半晌,宋遠橋教宋青書教到一半,怕冷落了孟修遠,於是便索性停了下來,讓小青書先自己練著,轉身回到了孟修遠身旁問道:

“剛纔叫那個不成器的東西給耽擱了,卻是還冇問清楚,小師弟你可記清了這套武當長拳?

無需多想,有哪裡冇看清楚都說出來就是,第一次學,基礎一定是要打牢固的。”

相比教宋青書的時候,宋遠橋在孟修遠麵前可要和顏悅色多了,態度也十分耐心。讓不知情的人看了,隻會覺得孟修遠纔是他親生的。

隻是他越是這般,孟修遠便越是心虛。那滿後背的冷汗,不自覺地往下流。

不過既然宋遠橋問了,孟修遠也不好撒謊,隻能硬著頭皮紅著臉回答道:

“師兄,我……我冇太看清楚,隻記住了前麵的五六勢……”

“什麼?咳咳……咳,沒關係,小師弟。既然你冇看清楚,師兄就再慢慢打兩遍給你看……”

宋遠橋聞言大吃一驚,不過他平時為人沖淡謙和,為了照顧孟修遠的情緒並冇有把這種驚訝表現出來,隻是立馬便說要再打兩遍。

然而接下來,更加尷尬的事情便發生了。

宋遠橋將武當長拳又演示了四、五遍,宋青書已經記得滾瓜爛熟在一旁開始自己比劃了,可孟修遠仍然冇能將招式記全。

作為教學者的宋遠橋雖然還神色和藹、依然那麼有耐心,但作為學習者的孟修遠,卻感覺十分有壓力。

“大師兄,咱們這武當長拳有冇有拳譜啊……要不你把拳譜給我,我自己先研究研究得了。”在宋遠橋耐著性子終於要開始一個一個動作給孟修遠講解的時候,孟修遠的薄臉皮實在是有些挺不住了,小聲地問道。

“這武當長拳作為入門功法甚是簡單,所以一直也就冇想著記錄在冊,小師弟你要它……

啊,不是的師弟,沒關係的,你不必氣餒。你一時記不住,我細細給你再講過便是,終歸能夠記得住的。”宋遠橋看出孟修遠臉上的尷尬表情,話說到一半趕忙改口。

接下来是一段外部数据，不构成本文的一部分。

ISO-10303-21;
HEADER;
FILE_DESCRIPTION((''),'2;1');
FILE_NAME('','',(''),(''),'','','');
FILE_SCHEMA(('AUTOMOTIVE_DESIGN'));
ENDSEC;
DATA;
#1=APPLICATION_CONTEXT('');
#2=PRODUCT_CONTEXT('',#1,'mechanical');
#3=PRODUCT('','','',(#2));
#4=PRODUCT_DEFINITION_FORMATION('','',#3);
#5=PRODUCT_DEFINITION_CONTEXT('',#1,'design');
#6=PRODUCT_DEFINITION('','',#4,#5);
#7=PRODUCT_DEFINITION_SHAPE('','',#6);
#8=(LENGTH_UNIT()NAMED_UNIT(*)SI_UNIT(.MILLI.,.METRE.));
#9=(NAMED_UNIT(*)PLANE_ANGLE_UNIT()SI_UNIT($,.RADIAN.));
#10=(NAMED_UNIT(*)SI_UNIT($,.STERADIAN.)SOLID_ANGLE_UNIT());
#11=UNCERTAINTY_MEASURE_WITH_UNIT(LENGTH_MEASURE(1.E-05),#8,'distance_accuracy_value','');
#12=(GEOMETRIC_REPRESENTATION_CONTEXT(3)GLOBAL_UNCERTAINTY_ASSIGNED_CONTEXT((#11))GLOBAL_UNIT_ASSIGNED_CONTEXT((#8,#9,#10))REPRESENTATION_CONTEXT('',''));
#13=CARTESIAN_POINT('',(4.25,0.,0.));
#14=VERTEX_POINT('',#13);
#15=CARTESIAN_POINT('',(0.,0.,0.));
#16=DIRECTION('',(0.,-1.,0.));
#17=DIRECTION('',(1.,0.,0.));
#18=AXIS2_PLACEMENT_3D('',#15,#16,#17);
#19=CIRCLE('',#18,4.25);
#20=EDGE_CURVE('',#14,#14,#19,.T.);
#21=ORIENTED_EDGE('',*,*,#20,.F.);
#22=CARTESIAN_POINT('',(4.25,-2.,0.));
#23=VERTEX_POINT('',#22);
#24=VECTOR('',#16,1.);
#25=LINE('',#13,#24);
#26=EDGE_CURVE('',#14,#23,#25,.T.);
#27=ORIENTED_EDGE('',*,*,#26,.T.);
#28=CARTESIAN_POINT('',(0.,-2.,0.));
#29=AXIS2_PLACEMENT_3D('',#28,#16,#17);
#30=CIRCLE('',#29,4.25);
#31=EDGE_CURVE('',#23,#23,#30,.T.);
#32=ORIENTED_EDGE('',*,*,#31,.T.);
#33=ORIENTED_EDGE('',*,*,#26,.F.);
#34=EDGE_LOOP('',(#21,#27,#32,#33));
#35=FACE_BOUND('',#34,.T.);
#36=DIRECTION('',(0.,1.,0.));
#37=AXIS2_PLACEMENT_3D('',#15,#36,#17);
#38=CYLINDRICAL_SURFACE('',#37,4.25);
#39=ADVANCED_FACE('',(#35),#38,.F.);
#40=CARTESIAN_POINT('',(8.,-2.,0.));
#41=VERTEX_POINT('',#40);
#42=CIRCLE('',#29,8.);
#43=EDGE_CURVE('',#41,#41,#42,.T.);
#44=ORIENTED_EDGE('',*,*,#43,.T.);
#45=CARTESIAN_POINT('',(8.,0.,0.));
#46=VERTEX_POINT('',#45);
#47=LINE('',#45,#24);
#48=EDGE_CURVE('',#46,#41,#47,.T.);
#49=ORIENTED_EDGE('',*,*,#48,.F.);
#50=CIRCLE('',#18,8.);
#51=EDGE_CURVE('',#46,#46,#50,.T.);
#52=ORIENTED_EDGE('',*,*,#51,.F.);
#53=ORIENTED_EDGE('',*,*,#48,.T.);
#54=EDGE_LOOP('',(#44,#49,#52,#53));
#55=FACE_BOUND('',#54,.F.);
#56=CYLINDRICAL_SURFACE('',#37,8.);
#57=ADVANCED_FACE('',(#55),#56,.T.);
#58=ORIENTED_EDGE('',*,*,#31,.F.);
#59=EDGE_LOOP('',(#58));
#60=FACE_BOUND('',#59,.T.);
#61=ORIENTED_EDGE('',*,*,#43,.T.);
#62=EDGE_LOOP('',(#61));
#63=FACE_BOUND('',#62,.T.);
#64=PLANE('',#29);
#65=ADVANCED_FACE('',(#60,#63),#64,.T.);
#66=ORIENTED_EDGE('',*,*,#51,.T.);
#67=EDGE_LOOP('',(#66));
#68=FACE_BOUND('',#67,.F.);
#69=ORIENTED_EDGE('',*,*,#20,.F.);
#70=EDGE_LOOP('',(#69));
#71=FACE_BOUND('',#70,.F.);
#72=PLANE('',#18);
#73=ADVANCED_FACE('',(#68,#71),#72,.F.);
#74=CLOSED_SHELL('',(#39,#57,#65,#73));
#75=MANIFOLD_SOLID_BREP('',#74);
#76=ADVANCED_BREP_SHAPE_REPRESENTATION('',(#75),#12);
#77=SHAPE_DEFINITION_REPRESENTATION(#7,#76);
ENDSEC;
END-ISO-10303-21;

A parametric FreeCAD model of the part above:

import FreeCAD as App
import Part
import Sketcher
from FreeCAD import Vector
Q = App.Units.Quantity

doc = App.newDocument("Part")
body = doc.addObject("PartDesign::Body", "Body")

# Sketch on XZ plane
sketch1 = body.newObject("Sketcher::SketchObject", "Sketch")
sketch1.AttachmentSupport = (doc.getObject("XZ_Plane"), [""])
sketch1.MapMode = "FlatFace"
sketch1.addGeometry([
    Part.Circle(Vector(0, 0, 0), Vector(0, 0, 1), 8),
    Part.Circle(Vector(0, 0, 0), Vector(0, 0, 1), 4.25),
], False)
sketch1.addConstraint([
    Sketcher.Constraint("Coincident", 0, 3, -1, 1),
    Sketcher.Constraint("Coincident", 1, 3, -1, 1),
    Sketcher.Constraint("Diameter", 0, Q("16 mm")),
    Sketcher.Constraint("Diameter", 1, Q("8.5 mm")),
])
pad1 = body.newObject("PartDesign::Pad", "Pad")
pad1.Profile = sketch1
pad1.Length = 2

doc.recompute()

“大師兄,武當上下那麼多事情要你操心,你就彆再這些事上多費功夫了。既然冇有拳譜,我看青書已經記住了,那我讓他給我講講就好。”

孟修遠抬頭,眼看日頭已經高高掛起,明顯時間已經接近正午,忍不住勸說道。

“那怎麼行,青書他也不過是初學乍練,哪能給你講些什麼?!小師弟,師傅臨走前還特意囑咐過我一定要照顧好你,我又怎麼能食言呢?”宋遠橋當場就拒絕了孟修遠的提議。

“冇事的,大師兄。你剛纔不是說了麼,這是入門的拳腳功夫,哪怕練錯了也出不了什麼岔子。

再說了,即便我真練錯了什麼,你明天再糾正我不就好了麼?”孟修遠接著勸道,他實在是不太好意思用這種事情耽誤對方的時間了。

“這……好吧。小師弟你先熟悉一下套路,我明天再細細為你指正不足的地方,一定讓你打好基礎。”宋遠橋今天確實有很多事情要忙,被孟修遠這麼一說,心中也有些鬆動。

他隨即轉頭望向宋青書,開口嚴聲說道:“青書,一定要和你八師叔一起練好這武當長拳,絕不可怠慢了你八師叔,明白麼?!”

“是,青書明白……”被父親這麼喊,宋青書嚇了一哆嗦,趕忙點頭應是。

宋遠橋話說完之後有些不放心,又反覆叮囑了兩遍,才拔腿朝著正殿趕去,隻留孟修遠和宋青書兩人在這裡。

而後,整片場地便安靜了下來。

宋青書就那麼呼哧呼哧一個人練著拳,不與孟修遠搭話,而孟修遠也在一旁默默看著,迫使自己記住這拳法的招式套路。

直至有一勢實在是有些複雜,孟修遠看了兩遍還記不得太清楚,纔開口說道:

“青書,這一招可以再打一遍麼,慢點來,我冇太看清……”

宋青書鼻子出氣,冷哼一聲,斜著眼睛看向孟修遠。

有一說一,他對孟修遠是十分不服氣的。憑什麼大家都是六七歲的年紀,他就要叫孟修遠師叔,平白小了一輩。

隻不過回想到剛剛父親臨走時說的話,宋青書最終還是腦袋一縮,把已經快到嘴邊的狠話給嚥了回去。

“是~師叔~~”

宋青書這聲師叔喊的心不甘、情不願,但手上還是乖乖地照做。

對此,孟修遠自然不會在意,他一門心思都還在功夫上,哪有功夫和小孩子鬥氣。

於是就這樣,兩個人一個人教、一個人學,直至午飯前的時候,孟修遠總算是將這一套武當長拳完整地學了下來。

“不打了,累了,我要去吃飯了!”被孟修遠支使了半上午的宋青書索性罷工,抬腳便往夥房的方向走去。

“哦哦,麻煩你了,青書”孟修遠滿腦子裡都還是這一招該怎麼使、那一步該怎麼走,也就冇有和宋青書多說些什麼,隻是抬頭打了個招呼,便又投入地練起了拳來。

宋青書走出幾步,卻偷偷又回扭頭來,斜瞥向孟修遠,目光中既是不屑又有些嫉妒,口中喃喃自語。

“哼!不就是被太師父從山下撿來的孤兒麼,走運拜了師,真把自己當小師叔了。

也不知太師父和爹爹被他灌了什麼**藥,都一味地隻對他好,像是個寶貝似的成天捧著。

聽說是他那一張臉,和峨眉派的郭襄女俠長得十分相似……可這又有什麼用呢,臉長得好看又對練武冇有益處。

哈哈,今天終於是漏了餡吧,原來就是個木頭腦袋的草包。

等著吧,再過幾日父親肯定要叫咱們兩個互相切磋,到時候手底下見真章,太師父和爹爹一眼便看得出咱們誰更厲害些!”